Леонтьев - консерватор. Но консерватизм его особенный, не присущий его эпохе. "Охранительный" консерватизм status qvo, представленный в XVIII веке Гегелем, Берком, Новалисом, в XIX столетии (и тем более позже, после Леонтьева), когда в общих чертах уже сложилось правовое общество, не может не вобрать в себя определенные либеральные моменты, если он выполняет функции консервации существующих общественных форм. Общество-то уже изменилось, значит, сохранение этого измененного общества требует признания некоторых новых принципов. (Например, именно таким, "реформированным", был консерватизм Каткова.) К подобным принципам можно отнести примат правовых средств над насильственными для решения социальных вопросов, признание неотъемлемых прав личности и т. п. То есть современный Леонтьеву консерватизм уже не отрицал полностью демократических достижений и в этом смысле был "с либеральным душком".

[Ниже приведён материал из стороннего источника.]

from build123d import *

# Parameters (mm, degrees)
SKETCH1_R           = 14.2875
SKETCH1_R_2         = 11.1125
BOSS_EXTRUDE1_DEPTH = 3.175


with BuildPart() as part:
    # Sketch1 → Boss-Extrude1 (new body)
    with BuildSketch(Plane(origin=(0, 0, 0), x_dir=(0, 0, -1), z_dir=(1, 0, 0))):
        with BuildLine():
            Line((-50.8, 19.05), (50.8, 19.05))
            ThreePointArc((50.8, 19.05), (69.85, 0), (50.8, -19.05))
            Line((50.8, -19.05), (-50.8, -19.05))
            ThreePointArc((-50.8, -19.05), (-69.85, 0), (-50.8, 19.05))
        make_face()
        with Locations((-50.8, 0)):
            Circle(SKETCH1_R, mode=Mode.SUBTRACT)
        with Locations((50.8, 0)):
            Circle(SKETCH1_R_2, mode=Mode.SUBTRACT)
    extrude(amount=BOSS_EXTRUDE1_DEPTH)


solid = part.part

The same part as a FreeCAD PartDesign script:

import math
import FreeCAD as App
import Part
import Sketcher
from FreeCAD import Vector
Q = App.Units.Quantity

doc = App.newDocument("Part")
body = doc.addObject("PartDesign::Body", "Body")

# Sketch on YZ plane
sketch1 = doc.addObject("Sketcher::SketchObject", "Sketch")
body.addObject(sketch1)
sketch1.AttachmentSupport = (doc.YZ_Plane, [""])
sketch1.MapMode = "FlatFace"
sketch1.addGeometry([
    Part.LineSegment(Vector(19.05, -50.8, 0), Vector(19.05, 50.8, 0)),  # 0
    Part.ArcOfCircle(Part.Circle(Vector(0, 50.8, 0), Vector(0, 0, 1), 19.05), math.radians(0), math.radians(180)),  # 1
    Part.LineSegment(Vector(-19.05, 50.8, 0), Vector(-19.05, -50.8, 0)),  # 2
    Part.ArcOfCircle(Part.Circle(Vector(0, -50.8, 0), Vector(0, 0, 1), 19.05), math.radians(180), math.radians(360)),  # 3
    Part.Circle(Vector(0, -50.8, 0), Vector(0, 0, 1), 11.1125),  # 4
    Part.Circle(Vector(0, 50.8, 0), Vector(0, 0, 1), 14.2875),  # 5
], False)
sketch1.addConstraint([
    Sketcher.Constraint("Tangent", 0, 2, 1, 1),
    Sketcher.Constraint("Tangent", 1, 2, 2, 1),
    Sketcher.Constraint("Tangent", 2, 2, 3, 1),
    Sketcher.Constraint("Tangent", 3, 2, 0, 1),
    Sketcher.Constraint("Vertical", 0),
    Sketcher.Constraint("Vertical", 2),
    Sketcher.Constraint("Coincident", 4, 3, 3, 3),
    Sketcher.Constraint("Coincident", 5, 3, 1, 3),
    Sketcher.Constraint("Symmetric", 1, 3, 3, 3, -1, 1),
    Sketcher.Constraint("DistanceY", 0, 1, 0, 2, Q("4 in")),
    Sketcher.Constraint("Radius", 1, Q("0.75 in")),
    Sketcher.Constraint("Diameter", 4, Q("0.875 in")),
    Sketcher.Constraint("Diameter", 5, Q("1.125 in")),
])
pad1 = doc.addObject("PartDesign::Pad", "Pad")
body.addObject(pad1)
pad1.Profile = sketch1
pad1.Length = Q("0.125 in")

doc.recompute()
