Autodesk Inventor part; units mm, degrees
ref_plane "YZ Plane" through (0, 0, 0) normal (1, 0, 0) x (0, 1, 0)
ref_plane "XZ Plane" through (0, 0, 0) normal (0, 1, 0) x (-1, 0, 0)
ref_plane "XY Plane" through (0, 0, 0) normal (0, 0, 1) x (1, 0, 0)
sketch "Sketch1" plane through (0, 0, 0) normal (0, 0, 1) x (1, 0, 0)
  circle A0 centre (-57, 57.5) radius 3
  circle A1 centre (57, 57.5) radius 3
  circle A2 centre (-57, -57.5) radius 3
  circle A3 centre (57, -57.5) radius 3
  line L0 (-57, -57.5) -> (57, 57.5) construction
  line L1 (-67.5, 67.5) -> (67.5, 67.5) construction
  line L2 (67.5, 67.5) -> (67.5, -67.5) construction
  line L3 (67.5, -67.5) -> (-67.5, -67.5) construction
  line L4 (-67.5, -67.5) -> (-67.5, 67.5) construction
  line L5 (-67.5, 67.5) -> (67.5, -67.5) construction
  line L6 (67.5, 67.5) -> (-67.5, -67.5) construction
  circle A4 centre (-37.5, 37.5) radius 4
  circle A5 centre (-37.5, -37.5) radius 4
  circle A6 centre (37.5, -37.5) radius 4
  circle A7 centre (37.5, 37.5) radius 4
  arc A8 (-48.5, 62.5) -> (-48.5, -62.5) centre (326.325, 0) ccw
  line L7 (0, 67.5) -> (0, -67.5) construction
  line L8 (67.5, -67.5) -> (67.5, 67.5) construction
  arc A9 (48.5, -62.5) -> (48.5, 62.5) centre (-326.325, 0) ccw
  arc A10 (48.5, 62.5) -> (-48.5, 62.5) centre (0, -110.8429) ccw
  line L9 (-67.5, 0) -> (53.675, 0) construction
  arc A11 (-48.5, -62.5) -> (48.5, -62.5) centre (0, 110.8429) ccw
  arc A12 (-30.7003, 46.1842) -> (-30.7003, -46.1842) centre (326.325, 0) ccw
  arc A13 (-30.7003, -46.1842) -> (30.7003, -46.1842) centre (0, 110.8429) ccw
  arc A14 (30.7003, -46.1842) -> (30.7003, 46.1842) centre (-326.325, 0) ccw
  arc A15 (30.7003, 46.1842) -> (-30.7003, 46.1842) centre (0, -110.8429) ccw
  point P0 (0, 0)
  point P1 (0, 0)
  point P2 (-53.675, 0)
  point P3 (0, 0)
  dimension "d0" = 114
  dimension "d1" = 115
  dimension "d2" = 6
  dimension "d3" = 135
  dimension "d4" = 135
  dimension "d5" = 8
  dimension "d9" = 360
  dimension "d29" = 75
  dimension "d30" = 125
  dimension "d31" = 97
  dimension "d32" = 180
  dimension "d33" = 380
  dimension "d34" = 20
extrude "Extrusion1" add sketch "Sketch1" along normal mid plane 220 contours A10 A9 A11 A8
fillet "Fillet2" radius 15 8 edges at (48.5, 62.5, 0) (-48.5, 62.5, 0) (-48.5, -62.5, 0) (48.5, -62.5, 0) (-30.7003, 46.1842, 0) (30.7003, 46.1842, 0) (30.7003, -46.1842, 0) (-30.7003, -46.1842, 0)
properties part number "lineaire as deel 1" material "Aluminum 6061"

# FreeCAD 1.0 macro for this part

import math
import FreeCAD as App
import Part
import Sketcher

V = App.Vector
Q = App.Units.Quantity


def edges_at(feature, points):
    """Names of the edges that pass closest to the given points."""
    edges = feature.Shape.Edges
    near = lambda p: min(range(len(edges)), key=lambda i: edges[i].distToShape(Part.Vertex(*p))[0])
    return sorted({f"Edge{near(p) + 1}" for p in points})

doc = App.newDocument("Part")
body = doc.addObject("PartDesign::Body", "Body")

# Sketch on XY plane
sketch1 = body.newObject("Sketcher::SketchObject", "Sketch")
sketch1.AttachmentSupport = (doc.getObject("XY_Plane"), [""])
sketch1.MapMode = "FlatFace"
sketch1.addGeometry(Part.ArcOfCircle(Part.Circle(V(0, -110.8, 0), V(0, 0, 1), 180), math.radians(74), math.radians(106)), False)
sketch1.addGeometry(Part.ArcOfCircle(Part.Circle(V(326.3, 0, 0), V(0, 0, 1), 380), math.radians(170.53), math.radians(189.47)), False)
sketch1.addGeometry(Part.ArcOfCircle(Part.Circle(V(0, 110.8, 0), V(0, 0, 1), 180), math.radians(-106), math.radians(-74)), False)
sketch1.addGeometry(Part.ArcOfCircle(Part.Circle(V(-326.3, 0, 0), V(0, 0, 1), 380), math.radians(-9.47), math.radians(9.47)), False)
sketch1.addGeometry(Part.Circle(V(-37.5, -37.5, 0), V(0, 0, 1), 4), False)
sketch1.addGeometry(Part.Circle(V(37.5, -37.5, 0), V(0, 0, 1), 4), False)
sketch1.addGeometry(Part.Circle(V(-37.5, 37.5, 0), V(0, 0, 1), 4), False)
sketch1.addGeometry(Part.ArcOfCircle(Part.Circle(V(326.3, 0, 0), V(0, 0, 1), 360), math.radians(172.63), math.radians(187.37)), False)
sketch1.addGeometry(Part.ArcOfCircle(Part.Circle(V(0, -110.8, 0), V(0, 0, 1), 160), math.radians(79), math.radians(101)), False)
sketch1.addGeometry(Part.ArcOfCircle(Part.Circle(V(-326.3, 0, 0), V(0, 0, 1), 360), math.radians(-7.37), math.radians(7.37)), False)
sketch1.addGeometry(Part.ArcOfCircle(Part.Circle(V(0, 110.8, 0), V(0, 0, 1), 160), math.radians(-101), math.radians(-79)), False)
sketch1.addGeometry(Part.Circle(V(37.5, 37.5, 0), V(0, 0, 1), 4), False)
sketch1.addConstraint(Sketcher.Constraint("Coincident", 0, 2, 1, 1))
sketch1.addConstraint(Sketcher.Constraint("Coincident", 1, 2, 2, 1))
sketch1.addConstraint(Sketcher.Constraint("Coincident", 2, 2, 3, 1))
sketch1.addConstraint(Sketcher.Constraint("Coincident", 3, 2, 0, 1))
sketch1.addConstraint(Sketcher.Constraint("Coincident", 7, 1, 8, 2))
sketch1.addConstraint(Sketcher.Constraint("Coincident", 8, 1, 9, 2))
sketch1.addConstraint(Sketcher.Constraint("Coincident", 9, 1, 10, 2))
sketch1.addConstraint(Sketcher.Constraint("Coincident", 10, 1, 7, 2))
sketch1.addConstraint(Sketcher.Constraint("Coincident", 7, 3, 1, 3))
sketch1.addConstraint(Sketcher.Constraint("Coincident", 8, 3, 0, 3))
sketch1.addConstraint(Sketcher.Constraint("Coincident", 9, 3, 3, 3))
sketch1.addConstraint(Sketcher.Constraint("Coincident", 10, 3, 2, 3))
sketch1.addConstraint(Sketcher.Constraint("Equal", 0, 2))
sketch1.addConstraint(Sketcher.Constraint("Equal", 1, 3))
sketch1.addConstraint(Sketcher.Constraint("Equal", 4, 5))
sketch1.addConstraint(Sketcher.Constraint("Equal", 5, 6))
sketch1.addConstraint(Sketcher.Constraint("Equal", 7, 9))
sketch1.addConstraint(Sketcher.Constraint("Equal", 8, 10))
sketch1.addConstraint(Sketcher.Constraint("Equal", 6, 11))
sketch1.addConstraint(Sketcher.Constraint("Symmetric", 0, 3, 2, 3, -1, 1))
sketch1.addConstraint(Sketcher.Constraint("Symmetric", 1, 3, 3, 3, -1, 1))
sketch1.addConstraint(Sketcher.Constraint("Symmetric", 5, 3, 6, 3, -1, 1))
sketch1.addConstraint(Sketcher.Constraint("Symmetric", 4, 3, 11, 3, -1, 1))
sketch1.addConstraint(Sketcher.Constraint("Symmetric", 4, 3, 5, 3, -2))
sketch1.addConstraint(Sketcher.Constraint("PointOnObject", 0, 3, -2))
sketch1.addConstraint(Sketcher.Constraint("PointOnObject", 1, 3, -1))
sketch1.addConstraint(Sketcher.Constraint("Diameter", 4, Q("8 mm")))
sketch1.addConstraint(Sketcher.Constraint("Radius", 0, Q("180 mm")))
sketch1.addConstraint(Sketcher.Constraint("Radius", 1, Q("380 mm")))
sketch1.addConstraint(Sketcher.Constraint("Radius", 7, Q("360 mm")))
sketch1.addConstraint(Sketcher.Constraint("Radius", 8, Q("160 mm")))
sketch1.addConstraint(Sketcher.Constraint("DistanceX", 4, 3, 5, 3, Q("75 mm")))
sketch1.addConstraint(Sketcher.Constraint("DistanceY", 4, 3, 6, 3, Q("75 mm")))
sketch1.addConstraint(Sketcher.Constraint("DistanceX", 1, 2, 2, 2, Q("97 mm")))
sketch1.addConstraint(Sketcher.Constraint("DistanceY", 6, 3, 0, 2, Q("25 mm")))
pad1 = body.newObject("PartDesign::Pad", "Pad")
pad1.Profile = sketch1
pad1.Length = 220
pad1.Midplane = True
doc.recompute()

fillet = body.newObject("PartDesign::Fillet", "Fillet")
fillet.Base = (pad1, edges_at(pad1, [
    (48.5, 62.5, 0),
    (-48.5, 62.5, 0),
    (-48.5, -62.5, 0),
    (48.5, -62.5, 0),
    (-30.7, 46.184, 0),
    (30.7, 46.184, 0),
    (30.7, -46.184, 0),
    (-30.7, -46.184, 0),
]))
fillet.Radius = 15

doc.recompute()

Леонтьевскую же позицию можно назвать мифологической. Эта позиция тоже встречается в истории общественной мысли отнюдь не единожды. Под таким мифологическим неоконсерватизмом я подразумеваю достаточно распространенный род политического романтизма, выдвигающего в качестве своей задачи осуществление некоего вневременного социального мифа в духе национального традиционализма. Отсюда - поиски особой судьбы, ориентация на абсолютную уникальность национального пути.
Такой мифологический консерватизм противопоставляет должное и сущее: наличная действительность критикуется, а как альтернатива предлагается некое архетипическое, вневременное бытие ("Святая Русь" или "прусская идея" - в зависимости от "почвы" произрастания). В случае леонтьевской концепции - речь идет о византизме. В этом типе консерватизма четко прослеживаются две взаимосвязанные идеи: проповедь патерналистской модели государства и требование духовной общности народа. Налицо установка подчинения личности целому (нации, например). Леонтьев пытался безоговорочно подчинить себя духовному водительству старцев; эта же "матрица" действует у него всюду: без подчинения, без "водительства" невозможна нормальная жизнь. Принцип "по своей глупой воле пожить" приведет только к анархии и смуте; в леонтьевском идеале каждый должен подчиниться чему-то высшему (Церкви, государству, византийскому идеалу).
Но где находилась современная Леонтьеву Россия - поднималась ли в гору к пышному расцвету, переживала эпоху цветущей сложности или уже катилась вниз? Сольется ли Россия с Европой и подчинится уравнительным процессам, которые в ней происходят, или устоит в своей отдельности?